• [Problem to work on]:
Beginning with the line below that contains "#176=ORIENTED_EDGE('',*,*,#140,.F.);" and ending with the line that contains "#195=VERTEX_POINT('',#194);", copy every line exactly. Copy nothing else.

****************************************

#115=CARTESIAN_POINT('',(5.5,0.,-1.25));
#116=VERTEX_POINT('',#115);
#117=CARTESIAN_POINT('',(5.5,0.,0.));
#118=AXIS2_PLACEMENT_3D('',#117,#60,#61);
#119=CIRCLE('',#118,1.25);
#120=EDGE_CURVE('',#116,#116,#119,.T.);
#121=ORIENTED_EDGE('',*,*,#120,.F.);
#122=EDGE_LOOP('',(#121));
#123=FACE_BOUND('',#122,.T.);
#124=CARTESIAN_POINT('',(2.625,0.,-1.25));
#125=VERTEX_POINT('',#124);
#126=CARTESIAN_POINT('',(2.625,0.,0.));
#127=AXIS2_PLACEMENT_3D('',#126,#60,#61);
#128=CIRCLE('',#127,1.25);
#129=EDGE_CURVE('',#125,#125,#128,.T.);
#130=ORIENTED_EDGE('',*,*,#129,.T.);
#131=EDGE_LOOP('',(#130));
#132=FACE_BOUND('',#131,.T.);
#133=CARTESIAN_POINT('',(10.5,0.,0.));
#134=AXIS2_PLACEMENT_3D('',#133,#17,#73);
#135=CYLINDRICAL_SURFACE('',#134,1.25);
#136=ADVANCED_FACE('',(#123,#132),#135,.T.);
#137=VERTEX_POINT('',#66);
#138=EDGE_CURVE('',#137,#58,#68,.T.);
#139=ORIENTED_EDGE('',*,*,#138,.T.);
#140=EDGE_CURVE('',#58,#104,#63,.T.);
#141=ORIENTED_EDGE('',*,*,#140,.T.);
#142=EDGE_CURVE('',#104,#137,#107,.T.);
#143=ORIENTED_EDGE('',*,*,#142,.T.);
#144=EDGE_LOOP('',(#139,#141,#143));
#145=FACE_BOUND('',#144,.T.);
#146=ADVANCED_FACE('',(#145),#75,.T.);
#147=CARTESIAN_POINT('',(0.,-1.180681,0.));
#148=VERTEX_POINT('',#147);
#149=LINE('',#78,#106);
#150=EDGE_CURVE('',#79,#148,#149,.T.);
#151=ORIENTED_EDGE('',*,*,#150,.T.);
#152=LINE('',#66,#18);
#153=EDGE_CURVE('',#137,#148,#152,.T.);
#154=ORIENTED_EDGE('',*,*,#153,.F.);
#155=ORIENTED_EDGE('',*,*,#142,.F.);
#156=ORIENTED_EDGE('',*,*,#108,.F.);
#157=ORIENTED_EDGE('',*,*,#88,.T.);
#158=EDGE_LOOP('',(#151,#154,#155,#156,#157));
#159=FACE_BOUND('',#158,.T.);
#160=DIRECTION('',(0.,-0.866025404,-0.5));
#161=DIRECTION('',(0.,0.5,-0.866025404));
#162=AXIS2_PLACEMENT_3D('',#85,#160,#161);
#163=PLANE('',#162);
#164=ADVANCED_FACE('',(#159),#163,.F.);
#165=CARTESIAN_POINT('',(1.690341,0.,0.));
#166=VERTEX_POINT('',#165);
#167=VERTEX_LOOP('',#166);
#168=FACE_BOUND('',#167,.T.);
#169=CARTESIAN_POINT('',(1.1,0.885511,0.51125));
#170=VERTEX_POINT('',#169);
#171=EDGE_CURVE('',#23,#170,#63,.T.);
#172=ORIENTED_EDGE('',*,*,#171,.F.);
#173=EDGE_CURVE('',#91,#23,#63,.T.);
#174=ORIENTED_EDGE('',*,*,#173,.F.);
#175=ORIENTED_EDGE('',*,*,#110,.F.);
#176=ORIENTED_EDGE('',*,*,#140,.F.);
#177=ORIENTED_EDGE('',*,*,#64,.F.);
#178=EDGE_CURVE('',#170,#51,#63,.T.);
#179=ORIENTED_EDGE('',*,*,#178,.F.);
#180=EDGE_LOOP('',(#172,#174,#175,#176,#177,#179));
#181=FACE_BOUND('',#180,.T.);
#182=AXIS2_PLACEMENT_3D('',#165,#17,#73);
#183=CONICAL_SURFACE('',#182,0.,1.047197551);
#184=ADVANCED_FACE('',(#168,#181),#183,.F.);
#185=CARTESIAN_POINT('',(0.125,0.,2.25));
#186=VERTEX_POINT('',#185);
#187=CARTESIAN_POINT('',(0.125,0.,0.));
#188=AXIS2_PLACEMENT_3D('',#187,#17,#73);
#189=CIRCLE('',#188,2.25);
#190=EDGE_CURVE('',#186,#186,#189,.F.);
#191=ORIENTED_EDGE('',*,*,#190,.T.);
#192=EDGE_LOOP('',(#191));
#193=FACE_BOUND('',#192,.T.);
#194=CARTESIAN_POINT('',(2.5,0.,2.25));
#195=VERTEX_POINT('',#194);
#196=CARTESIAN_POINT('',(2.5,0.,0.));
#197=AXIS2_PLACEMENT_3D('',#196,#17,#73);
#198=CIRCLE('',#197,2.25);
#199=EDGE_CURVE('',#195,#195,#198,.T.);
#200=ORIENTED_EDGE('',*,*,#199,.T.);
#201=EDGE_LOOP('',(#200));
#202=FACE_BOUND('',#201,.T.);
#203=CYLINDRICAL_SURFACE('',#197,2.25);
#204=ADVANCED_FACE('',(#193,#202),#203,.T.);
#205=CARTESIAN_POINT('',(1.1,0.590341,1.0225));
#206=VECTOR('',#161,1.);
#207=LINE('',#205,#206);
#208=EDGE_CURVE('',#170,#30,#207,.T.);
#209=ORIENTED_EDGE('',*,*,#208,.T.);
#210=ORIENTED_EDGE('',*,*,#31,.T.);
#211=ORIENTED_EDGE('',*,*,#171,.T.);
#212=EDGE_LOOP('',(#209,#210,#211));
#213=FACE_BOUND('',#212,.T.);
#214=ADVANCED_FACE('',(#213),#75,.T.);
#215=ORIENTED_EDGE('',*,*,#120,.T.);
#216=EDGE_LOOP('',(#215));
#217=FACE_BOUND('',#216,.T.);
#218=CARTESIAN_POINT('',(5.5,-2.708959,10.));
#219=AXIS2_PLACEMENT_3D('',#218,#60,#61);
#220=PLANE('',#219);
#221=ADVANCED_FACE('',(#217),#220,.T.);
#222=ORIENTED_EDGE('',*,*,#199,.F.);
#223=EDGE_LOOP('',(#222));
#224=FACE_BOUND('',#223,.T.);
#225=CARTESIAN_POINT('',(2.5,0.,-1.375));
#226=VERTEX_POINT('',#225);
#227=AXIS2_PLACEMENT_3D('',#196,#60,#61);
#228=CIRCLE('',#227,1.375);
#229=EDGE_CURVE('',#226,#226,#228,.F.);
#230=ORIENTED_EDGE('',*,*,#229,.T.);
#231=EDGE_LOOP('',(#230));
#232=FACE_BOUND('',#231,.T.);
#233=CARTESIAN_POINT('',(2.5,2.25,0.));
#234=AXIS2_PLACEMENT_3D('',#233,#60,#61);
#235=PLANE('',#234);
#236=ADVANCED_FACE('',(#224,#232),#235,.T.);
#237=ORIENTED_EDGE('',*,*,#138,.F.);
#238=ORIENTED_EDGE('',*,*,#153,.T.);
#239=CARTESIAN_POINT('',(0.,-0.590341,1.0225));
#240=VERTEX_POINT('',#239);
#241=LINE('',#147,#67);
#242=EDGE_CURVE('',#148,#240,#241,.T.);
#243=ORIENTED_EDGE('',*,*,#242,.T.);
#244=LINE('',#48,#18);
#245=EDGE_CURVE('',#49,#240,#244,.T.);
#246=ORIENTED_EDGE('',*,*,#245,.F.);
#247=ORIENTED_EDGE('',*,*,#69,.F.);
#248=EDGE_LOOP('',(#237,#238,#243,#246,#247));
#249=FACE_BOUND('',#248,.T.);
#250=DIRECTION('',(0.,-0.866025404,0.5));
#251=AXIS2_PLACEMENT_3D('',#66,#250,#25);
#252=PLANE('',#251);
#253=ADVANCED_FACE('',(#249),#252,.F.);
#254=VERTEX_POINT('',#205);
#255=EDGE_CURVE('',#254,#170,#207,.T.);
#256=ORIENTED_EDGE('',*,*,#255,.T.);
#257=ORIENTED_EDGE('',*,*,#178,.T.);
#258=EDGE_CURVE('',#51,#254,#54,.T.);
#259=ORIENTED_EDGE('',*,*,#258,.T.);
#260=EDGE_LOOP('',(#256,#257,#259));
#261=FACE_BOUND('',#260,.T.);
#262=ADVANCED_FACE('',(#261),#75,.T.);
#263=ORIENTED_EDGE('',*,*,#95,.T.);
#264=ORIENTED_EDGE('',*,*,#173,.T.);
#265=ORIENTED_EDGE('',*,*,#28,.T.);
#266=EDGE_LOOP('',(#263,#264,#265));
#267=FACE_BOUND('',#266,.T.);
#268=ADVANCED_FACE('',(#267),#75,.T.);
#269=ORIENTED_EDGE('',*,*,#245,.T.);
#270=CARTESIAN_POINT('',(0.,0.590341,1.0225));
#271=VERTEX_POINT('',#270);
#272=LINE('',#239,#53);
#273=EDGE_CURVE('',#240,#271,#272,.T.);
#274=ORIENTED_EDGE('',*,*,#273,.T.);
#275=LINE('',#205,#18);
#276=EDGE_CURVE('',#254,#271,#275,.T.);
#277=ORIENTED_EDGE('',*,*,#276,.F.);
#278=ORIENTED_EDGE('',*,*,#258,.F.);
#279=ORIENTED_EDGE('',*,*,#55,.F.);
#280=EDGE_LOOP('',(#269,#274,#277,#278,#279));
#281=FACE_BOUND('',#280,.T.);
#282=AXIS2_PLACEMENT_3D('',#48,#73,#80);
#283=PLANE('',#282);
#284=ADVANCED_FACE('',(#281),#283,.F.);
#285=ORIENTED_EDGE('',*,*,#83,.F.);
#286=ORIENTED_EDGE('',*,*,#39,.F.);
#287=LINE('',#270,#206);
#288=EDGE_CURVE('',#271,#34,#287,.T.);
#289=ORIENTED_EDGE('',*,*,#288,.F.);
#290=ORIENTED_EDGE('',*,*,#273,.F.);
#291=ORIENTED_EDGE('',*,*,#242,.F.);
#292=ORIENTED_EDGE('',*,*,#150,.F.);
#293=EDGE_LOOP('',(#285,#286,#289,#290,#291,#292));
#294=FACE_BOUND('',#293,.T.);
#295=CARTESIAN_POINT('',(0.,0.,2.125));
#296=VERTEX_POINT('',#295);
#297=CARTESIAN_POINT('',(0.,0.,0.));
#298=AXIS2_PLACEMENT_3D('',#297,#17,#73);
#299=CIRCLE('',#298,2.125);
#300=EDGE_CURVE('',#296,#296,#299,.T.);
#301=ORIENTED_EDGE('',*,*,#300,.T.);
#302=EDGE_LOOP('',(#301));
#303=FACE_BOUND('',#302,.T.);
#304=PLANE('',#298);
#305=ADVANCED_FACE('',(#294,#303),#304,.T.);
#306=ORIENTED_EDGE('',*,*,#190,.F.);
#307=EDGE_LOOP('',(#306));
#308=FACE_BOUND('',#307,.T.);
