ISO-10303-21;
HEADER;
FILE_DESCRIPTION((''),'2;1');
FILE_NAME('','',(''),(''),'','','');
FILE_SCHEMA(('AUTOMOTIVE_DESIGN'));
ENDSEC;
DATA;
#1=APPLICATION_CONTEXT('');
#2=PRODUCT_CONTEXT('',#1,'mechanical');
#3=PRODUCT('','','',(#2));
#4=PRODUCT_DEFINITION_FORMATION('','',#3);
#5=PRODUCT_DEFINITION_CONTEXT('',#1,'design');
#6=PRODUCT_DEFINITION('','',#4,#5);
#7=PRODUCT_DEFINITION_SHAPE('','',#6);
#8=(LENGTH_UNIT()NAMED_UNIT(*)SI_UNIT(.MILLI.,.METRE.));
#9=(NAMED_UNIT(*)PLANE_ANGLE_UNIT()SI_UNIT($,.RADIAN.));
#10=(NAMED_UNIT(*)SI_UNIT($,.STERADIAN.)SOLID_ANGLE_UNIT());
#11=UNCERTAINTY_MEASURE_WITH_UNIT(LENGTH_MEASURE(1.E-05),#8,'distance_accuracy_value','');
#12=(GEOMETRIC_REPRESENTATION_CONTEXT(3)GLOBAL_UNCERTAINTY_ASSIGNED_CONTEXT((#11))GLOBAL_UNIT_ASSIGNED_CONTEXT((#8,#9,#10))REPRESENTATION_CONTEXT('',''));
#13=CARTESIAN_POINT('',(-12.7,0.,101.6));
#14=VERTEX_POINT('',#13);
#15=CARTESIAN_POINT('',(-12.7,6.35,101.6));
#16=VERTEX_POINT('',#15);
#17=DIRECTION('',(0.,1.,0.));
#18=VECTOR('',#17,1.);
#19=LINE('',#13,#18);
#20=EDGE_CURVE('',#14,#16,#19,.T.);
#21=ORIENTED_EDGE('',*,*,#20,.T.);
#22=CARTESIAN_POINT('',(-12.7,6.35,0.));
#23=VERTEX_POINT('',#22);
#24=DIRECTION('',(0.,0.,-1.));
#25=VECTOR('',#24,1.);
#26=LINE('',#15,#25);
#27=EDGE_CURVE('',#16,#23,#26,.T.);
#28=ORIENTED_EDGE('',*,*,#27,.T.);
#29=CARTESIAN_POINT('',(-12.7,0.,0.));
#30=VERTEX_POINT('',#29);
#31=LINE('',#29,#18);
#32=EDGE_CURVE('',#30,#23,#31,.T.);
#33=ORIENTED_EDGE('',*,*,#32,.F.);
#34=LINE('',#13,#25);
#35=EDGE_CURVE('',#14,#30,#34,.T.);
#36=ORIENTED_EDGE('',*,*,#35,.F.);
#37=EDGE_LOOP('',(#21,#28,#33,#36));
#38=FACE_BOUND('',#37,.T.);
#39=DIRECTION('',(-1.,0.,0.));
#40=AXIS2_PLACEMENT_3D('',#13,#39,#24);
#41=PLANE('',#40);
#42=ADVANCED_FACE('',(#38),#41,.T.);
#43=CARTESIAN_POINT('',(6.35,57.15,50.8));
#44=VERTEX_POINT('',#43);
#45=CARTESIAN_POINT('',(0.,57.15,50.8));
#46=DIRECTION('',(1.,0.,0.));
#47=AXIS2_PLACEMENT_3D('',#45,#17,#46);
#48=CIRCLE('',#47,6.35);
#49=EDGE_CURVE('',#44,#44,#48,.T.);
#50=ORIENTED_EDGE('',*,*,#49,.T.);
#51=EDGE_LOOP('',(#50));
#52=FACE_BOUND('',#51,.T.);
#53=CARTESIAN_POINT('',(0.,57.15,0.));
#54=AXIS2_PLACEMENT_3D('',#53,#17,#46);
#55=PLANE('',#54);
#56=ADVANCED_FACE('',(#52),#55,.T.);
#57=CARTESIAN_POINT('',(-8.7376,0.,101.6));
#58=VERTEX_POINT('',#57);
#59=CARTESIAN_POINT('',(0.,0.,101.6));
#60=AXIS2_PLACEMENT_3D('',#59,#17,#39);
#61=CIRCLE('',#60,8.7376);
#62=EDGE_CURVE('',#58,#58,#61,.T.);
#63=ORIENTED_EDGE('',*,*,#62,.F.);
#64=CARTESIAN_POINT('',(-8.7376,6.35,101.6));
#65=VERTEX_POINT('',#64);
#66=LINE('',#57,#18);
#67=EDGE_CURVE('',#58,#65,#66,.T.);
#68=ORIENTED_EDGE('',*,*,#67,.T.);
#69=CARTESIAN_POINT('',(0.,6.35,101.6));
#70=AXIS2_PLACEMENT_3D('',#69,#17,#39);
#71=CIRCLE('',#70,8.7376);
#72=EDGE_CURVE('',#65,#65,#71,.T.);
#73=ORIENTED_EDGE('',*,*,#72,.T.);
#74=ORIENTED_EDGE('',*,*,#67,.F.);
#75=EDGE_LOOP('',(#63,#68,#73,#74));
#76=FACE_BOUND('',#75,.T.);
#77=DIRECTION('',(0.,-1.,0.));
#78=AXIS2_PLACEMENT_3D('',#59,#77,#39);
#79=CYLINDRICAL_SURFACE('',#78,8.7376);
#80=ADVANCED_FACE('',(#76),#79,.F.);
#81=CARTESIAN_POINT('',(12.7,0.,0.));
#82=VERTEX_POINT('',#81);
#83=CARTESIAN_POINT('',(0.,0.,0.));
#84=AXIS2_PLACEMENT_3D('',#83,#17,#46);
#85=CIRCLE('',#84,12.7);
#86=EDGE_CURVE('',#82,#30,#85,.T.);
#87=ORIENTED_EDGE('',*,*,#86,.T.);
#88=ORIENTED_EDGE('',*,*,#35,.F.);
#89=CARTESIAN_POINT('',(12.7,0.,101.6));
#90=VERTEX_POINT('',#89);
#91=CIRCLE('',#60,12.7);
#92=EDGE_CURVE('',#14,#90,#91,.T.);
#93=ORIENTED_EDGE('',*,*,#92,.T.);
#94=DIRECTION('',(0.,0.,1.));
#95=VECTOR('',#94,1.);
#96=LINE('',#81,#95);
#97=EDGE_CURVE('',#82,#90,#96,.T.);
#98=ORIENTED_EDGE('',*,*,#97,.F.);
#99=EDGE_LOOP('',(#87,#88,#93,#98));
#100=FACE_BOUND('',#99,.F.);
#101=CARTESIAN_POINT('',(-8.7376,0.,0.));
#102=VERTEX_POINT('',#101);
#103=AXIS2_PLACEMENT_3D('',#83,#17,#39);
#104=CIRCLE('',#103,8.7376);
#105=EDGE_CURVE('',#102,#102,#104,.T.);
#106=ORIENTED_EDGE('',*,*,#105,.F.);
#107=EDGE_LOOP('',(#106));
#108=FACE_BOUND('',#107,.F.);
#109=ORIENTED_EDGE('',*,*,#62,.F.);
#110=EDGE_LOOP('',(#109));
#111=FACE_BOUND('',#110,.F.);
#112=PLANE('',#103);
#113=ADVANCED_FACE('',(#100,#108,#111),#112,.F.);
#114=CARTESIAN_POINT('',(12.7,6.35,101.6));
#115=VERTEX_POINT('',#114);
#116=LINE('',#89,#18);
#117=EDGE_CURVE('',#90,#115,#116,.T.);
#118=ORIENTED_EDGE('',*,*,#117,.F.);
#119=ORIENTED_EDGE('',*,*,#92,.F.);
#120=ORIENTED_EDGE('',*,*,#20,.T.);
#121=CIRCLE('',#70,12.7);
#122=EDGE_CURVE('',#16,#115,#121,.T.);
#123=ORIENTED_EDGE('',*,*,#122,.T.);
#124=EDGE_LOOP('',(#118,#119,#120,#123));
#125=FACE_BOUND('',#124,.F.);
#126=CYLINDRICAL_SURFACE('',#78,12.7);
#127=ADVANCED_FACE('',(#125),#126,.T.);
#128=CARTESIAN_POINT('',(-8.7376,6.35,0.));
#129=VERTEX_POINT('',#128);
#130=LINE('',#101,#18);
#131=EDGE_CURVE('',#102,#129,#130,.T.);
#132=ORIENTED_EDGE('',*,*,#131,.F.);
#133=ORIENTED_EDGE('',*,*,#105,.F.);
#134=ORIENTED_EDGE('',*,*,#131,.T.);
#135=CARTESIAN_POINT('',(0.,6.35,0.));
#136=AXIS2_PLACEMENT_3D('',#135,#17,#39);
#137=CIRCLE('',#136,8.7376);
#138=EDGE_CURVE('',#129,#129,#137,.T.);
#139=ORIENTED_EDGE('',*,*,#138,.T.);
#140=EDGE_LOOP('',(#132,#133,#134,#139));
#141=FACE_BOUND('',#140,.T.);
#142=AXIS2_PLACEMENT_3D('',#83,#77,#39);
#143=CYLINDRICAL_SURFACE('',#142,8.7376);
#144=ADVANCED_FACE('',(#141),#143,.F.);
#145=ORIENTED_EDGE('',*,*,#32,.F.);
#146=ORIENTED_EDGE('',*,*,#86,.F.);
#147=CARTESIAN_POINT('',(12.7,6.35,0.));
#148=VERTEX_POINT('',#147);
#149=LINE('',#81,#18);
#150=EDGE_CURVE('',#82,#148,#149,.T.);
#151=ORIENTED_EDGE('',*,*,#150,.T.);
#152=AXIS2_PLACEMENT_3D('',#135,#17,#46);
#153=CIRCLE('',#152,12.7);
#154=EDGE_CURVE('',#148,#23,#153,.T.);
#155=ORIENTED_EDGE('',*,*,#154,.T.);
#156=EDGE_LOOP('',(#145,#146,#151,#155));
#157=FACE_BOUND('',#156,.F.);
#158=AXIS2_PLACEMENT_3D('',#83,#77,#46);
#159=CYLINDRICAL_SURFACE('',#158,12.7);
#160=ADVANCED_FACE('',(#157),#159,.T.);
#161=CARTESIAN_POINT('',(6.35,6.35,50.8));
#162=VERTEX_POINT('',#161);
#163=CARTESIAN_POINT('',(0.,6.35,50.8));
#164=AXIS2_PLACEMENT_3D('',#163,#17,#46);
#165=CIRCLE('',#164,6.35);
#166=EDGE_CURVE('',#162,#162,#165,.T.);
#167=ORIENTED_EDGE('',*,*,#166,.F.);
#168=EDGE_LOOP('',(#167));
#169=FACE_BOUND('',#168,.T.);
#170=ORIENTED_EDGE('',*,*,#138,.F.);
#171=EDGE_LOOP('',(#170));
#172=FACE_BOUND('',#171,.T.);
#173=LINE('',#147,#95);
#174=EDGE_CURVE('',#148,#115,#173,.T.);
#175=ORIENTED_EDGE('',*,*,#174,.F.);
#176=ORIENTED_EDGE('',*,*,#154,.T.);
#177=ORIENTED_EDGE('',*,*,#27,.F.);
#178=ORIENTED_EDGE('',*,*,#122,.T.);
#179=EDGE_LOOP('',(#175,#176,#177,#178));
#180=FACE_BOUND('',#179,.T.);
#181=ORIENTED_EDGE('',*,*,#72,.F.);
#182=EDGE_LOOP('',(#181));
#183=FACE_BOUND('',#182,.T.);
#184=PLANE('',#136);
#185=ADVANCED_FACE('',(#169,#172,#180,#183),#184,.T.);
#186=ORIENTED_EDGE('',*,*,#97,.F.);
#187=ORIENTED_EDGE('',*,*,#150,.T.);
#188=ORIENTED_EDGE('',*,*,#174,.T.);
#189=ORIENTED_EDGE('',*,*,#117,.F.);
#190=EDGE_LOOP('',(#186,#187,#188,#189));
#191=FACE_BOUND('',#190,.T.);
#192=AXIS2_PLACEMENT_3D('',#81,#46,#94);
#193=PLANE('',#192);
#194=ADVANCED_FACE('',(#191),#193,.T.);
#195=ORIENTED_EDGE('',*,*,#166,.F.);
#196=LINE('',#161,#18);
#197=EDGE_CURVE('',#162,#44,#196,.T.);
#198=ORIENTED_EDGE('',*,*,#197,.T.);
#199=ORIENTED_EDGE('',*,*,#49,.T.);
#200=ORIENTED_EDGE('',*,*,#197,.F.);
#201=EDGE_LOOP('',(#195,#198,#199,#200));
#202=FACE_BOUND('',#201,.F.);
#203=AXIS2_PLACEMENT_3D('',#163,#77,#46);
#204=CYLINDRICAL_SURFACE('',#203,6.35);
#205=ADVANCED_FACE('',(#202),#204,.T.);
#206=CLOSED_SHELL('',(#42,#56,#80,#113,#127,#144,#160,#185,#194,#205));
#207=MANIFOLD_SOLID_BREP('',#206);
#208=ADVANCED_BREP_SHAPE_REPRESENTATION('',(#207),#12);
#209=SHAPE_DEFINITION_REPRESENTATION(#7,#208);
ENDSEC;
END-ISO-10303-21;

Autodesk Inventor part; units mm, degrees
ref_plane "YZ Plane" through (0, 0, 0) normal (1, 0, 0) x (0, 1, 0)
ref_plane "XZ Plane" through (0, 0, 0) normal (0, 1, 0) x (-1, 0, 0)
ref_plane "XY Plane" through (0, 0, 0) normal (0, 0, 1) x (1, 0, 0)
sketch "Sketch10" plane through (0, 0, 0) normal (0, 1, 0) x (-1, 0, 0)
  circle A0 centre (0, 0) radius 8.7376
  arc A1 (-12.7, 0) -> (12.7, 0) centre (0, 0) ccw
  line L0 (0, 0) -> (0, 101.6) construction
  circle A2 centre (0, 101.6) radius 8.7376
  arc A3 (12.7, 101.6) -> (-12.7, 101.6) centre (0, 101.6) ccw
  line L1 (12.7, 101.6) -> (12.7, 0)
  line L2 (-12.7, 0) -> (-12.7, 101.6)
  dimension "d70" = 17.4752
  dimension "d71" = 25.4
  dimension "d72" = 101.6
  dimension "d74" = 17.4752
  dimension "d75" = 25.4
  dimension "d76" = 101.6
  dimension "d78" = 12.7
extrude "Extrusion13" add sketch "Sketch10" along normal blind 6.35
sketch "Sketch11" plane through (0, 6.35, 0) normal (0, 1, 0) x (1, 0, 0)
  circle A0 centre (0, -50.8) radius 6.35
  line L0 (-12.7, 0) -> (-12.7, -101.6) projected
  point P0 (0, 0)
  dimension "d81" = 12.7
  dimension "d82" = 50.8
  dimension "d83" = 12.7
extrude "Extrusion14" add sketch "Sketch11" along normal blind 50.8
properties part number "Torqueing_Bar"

****************************************

• [The answer]:
#176=ORIENTED_EDGE('',*,*,#140,.F.);
#177=ORIENTED_EDGE('',*,*,#64,.F.);
#178=EDGE_CURVE('',#170,#51,#63,.T.);
#179=ORIENTED_EDGE('',*,*,#178,.F.);
#180=EDGE_LOOP('',(#172,#174,#175,#176,#177,#179));
#181=FACE_BOUND('',#180,.T.);
#182=AXIS2_PLACEMENT_3D('',#165,#17,#73);
#183=CONICAL_SURFACE('',#182,0.,1.047197551);
#184=ADVANCED_FACE('',(#168,#181),#183,.F.);
#185=CARTESIAN_POINT('',(0.125,0.,2.25));
#186=VERTEX_POINT('',#185);
#187=CARTESIAN_POINT('',(0.125,0.,0.));
#188=AXIS2_PLACEMENT_3D('',#187,#17,#73);
#189=CIRCLE('',#188,2.25);
#190=EDGE_CURVE('',#186,#186,#189,.F.);
#191=ORIENTED_EDGE('',*,*,#190,.T.);
#192=EDGE_LOOP('',(#191));
#193=FACE_BOUND('',#192,.T.);
#194=CARTESIAN_POINT('',(2.5,0.,2.25));
#195=VERTEX_POINT('',#194);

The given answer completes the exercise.